*** Opening of RECORDS FOR PROCESSING ***

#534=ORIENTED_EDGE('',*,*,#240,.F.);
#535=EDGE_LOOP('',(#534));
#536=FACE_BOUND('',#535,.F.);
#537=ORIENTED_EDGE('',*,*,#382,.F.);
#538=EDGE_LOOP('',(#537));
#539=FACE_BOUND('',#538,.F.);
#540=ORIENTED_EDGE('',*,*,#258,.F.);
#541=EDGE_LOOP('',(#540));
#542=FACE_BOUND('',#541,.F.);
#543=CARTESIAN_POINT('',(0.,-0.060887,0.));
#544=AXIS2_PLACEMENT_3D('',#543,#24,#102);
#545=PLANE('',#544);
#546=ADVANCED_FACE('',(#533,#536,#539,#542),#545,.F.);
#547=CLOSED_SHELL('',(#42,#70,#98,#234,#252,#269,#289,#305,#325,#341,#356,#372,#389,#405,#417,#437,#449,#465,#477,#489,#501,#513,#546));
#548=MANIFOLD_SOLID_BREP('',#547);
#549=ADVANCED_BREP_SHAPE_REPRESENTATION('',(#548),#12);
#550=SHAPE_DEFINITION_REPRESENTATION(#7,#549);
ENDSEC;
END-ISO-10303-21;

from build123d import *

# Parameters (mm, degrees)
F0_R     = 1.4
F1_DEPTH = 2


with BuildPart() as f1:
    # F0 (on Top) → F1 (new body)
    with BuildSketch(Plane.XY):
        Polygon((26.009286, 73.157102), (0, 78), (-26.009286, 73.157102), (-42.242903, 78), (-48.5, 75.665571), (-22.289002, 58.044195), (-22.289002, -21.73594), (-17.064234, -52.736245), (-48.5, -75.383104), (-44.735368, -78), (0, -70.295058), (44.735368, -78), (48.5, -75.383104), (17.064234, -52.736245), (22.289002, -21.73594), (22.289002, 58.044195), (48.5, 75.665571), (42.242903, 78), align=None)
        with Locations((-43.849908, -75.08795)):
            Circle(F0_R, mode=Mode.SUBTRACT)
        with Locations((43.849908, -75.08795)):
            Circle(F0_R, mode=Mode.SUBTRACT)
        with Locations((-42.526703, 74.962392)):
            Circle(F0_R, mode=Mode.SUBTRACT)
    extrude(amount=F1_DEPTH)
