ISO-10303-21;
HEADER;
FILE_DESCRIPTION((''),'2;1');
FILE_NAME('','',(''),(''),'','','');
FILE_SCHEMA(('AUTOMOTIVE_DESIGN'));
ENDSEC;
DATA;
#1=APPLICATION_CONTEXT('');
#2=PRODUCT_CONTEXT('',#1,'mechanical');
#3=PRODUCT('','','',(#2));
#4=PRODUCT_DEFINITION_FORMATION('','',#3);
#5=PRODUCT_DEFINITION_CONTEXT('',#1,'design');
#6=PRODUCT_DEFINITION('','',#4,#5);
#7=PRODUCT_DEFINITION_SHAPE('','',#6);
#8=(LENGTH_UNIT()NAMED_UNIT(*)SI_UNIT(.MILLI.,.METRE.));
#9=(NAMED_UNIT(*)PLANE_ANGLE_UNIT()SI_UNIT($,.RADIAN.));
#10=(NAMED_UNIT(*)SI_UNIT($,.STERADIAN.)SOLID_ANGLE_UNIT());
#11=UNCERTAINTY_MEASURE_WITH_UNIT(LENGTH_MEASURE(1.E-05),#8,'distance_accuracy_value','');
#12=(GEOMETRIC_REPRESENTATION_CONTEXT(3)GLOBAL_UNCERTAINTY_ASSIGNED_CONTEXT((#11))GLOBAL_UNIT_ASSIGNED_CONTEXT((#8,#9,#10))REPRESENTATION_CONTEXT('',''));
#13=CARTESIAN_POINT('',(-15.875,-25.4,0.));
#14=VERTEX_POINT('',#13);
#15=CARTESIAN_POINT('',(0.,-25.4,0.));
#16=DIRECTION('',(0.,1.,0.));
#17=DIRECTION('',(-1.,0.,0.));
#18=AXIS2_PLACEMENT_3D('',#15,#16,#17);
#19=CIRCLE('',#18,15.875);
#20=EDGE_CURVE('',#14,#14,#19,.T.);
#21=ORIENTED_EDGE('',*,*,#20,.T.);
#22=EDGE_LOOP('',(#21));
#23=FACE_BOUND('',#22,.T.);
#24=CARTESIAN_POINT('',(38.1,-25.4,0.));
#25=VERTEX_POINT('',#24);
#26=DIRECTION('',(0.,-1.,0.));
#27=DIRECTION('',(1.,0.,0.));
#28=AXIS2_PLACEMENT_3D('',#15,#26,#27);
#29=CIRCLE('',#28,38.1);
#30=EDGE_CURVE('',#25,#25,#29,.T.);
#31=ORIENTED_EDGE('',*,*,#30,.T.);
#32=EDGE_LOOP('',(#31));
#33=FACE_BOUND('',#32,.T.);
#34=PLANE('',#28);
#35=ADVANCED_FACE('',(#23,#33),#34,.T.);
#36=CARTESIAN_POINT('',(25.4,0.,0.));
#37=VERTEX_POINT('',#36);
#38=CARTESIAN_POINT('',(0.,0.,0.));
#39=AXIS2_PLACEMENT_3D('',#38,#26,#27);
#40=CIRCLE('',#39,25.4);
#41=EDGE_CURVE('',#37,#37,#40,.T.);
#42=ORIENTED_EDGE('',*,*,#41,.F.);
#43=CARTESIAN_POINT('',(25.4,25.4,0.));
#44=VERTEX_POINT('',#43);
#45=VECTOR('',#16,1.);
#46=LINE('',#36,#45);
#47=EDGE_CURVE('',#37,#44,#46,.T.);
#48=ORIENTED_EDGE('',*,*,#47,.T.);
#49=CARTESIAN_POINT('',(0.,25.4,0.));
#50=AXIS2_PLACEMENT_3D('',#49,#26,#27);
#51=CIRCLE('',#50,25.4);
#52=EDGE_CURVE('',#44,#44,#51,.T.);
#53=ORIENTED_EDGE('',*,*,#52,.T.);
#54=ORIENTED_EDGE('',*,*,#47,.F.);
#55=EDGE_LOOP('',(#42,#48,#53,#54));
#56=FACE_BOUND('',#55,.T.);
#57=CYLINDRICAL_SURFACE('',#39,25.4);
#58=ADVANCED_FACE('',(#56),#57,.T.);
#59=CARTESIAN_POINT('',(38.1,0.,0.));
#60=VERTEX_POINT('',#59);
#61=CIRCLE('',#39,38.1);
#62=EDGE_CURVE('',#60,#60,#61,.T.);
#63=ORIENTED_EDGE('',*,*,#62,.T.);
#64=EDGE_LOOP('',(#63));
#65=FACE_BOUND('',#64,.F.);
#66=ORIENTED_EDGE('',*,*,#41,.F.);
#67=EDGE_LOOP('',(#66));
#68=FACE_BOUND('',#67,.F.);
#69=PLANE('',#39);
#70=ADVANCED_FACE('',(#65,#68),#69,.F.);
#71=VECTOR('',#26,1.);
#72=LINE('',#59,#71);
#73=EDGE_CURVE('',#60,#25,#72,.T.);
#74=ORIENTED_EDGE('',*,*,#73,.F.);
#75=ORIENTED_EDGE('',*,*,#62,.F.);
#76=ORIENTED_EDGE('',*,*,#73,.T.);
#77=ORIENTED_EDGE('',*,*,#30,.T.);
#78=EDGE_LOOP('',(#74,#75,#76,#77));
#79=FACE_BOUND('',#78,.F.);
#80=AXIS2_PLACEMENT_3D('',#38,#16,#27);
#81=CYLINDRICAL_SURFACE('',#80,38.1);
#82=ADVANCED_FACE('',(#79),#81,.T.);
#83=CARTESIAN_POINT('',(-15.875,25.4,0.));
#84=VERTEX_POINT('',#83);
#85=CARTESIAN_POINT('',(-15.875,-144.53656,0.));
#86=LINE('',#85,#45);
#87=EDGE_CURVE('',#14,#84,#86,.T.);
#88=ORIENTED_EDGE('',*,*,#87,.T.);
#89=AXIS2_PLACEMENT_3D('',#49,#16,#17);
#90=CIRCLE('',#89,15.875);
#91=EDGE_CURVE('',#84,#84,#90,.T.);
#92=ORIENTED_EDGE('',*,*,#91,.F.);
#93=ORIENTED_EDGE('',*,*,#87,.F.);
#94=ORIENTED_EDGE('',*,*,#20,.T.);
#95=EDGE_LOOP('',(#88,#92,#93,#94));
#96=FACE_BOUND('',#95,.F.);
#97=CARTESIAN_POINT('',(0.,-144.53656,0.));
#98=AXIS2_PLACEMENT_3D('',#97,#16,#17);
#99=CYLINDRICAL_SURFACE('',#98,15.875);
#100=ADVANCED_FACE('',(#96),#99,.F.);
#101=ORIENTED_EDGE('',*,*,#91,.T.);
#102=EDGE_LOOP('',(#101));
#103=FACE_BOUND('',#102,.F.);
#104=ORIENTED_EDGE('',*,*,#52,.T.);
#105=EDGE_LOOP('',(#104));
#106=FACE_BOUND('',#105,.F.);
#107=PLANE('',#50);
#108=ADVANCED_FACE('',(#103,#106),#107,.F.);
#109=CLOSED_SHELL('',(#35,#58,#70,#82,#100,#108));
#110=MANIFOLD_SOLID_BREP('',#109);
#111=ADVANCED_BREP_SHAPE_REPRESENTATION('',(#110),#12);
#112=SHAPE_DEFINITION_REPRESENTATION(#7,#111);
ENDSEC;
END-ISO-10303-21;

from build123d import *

# Parameters (mm, degrees)
F0_R     = 38.1
F3_DEPTH = 25.4
F5_R     = 25.4
F6_DEPTH = 25.4
F8_D     = 31.75


with BuildPart() as f3:
    # F0 (on Front) → F3 (new body)
    with BuildSketch(Plane.XZ):
        Circle(F0_R)
    extrude(amount=F3_DEPTH)

    # F5 (on Front) → F6 (join)
    with BuildSketch(Plane.XZ):
        Circle(F5_R)
    extrude(amount=-F6_DEPTH)

    # F8 (through all)
    with Locations(Plane.XZ.offset(25.4)):
        with Locations((0, 0), (0, 0), (0, 0), (0, 0)):
            Hole(F8_D / 2)


solid = f3.part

*** Close of RECORDS FOR PROCESSING ***

§ TASK BRIEF: Only the lines above starting at the one containing "#50=AXIS2_PLACEMENT_3D('',#49,#26,#27);" and ending at the one containing "#91=EDGE_CURVE('',#84,#84,#90,.T.);", both included, are to be returned, exactly as they read.

§ ANSWER TO THIS EXERCISE:
#50=AXIS2_PLACEMENT_3D('',#49,#26,#27);
#51=CIRCLE('',#50,25.4);
#52=EDGE_CURVE('',#44,#44,#51,.T.);
#53=ORIENTED_EDGE('',*,*,#52,.T.);
#54=ORIENTED_EDGE('',*,*,#47,.F.);
#55=EDGE_LOOP('',(#42,#48,#53,#54));
#56=FACE_BOUND('',#55,.T.);
#57=CYLINDRICAL_SURFACE('',#39,25.4);
#58=ADVANCED_FACE('',(#56),#57,.T.);
#59=CARTESIAN_POINT('',(38.1,0.,0.));
#60=VERTEX_POINT('',#59);
#61=CIRCLE('',#39,38.1);
#62=EDGE_CURVE('',#60,#60,#61,.T.);
#63=ORIENTED_EDGE('',*,*,#62,.T.);
#64=EDGE_LOOP('',(#63));
#65=FACE_BOUND('',#64,.F.);
#66=ORIENTED_EDGE('',*,*,#41,.F.);
#67=EDGE_LOOP('',(#66));
#68=FACE_BOUND('',#67,.F.);
#69=PLANE('',#39);
#70=ADVANCED_FACE('',(#65,#68),#69,.F.);
#71=VECTOR('',#26,1.);
#72=LINE('',#59,#71);
#73=EDGE_CURVE('',#60,#25,#72,.T.);
#74=ORIENTED_EDGE('',*,*,#73,.F.);
#75=ORIENTED_EDGE('',*,*,#62,.F.);
#76=ORIENTED_EDGE('',*,*,#73,.T.);
#77=ORIENTED_EDGE('',*,*,#30,.T.);
#78=EDGE_LOOP('',(#74,#75,#76,#77));
#79=FACE_BOUND('',#78,.F.);
#80=AXIS2_PLACEMENT_3D('',#38,#16,#27);
#81=CYLINDRICAL_SURFACE('',#80,38.1);
#82=ADVANCED_FACE('',(#79),#81,.T.);
#83=CARTESIAN_POINT('',(-15.875,25.4,0.));
#84=VERTEX_POINT('',#83);
#85=CARTESIAN_POINT('',(-15.875,-144.53656,0.));
#86=LINE('',#85,#45);
#87=EDGE_CURVE('',#14,#84,#86,.T.);
#88=ORIENTED_EDGE('',*,*,#87,.T.);
#89=AXIS2_PLACEMENT_3D('',#49,#16,#17);
#90=CIRCLE('',#89,15.875);
#91=EDGE_CURVE('',#84,#84,#90,.T.);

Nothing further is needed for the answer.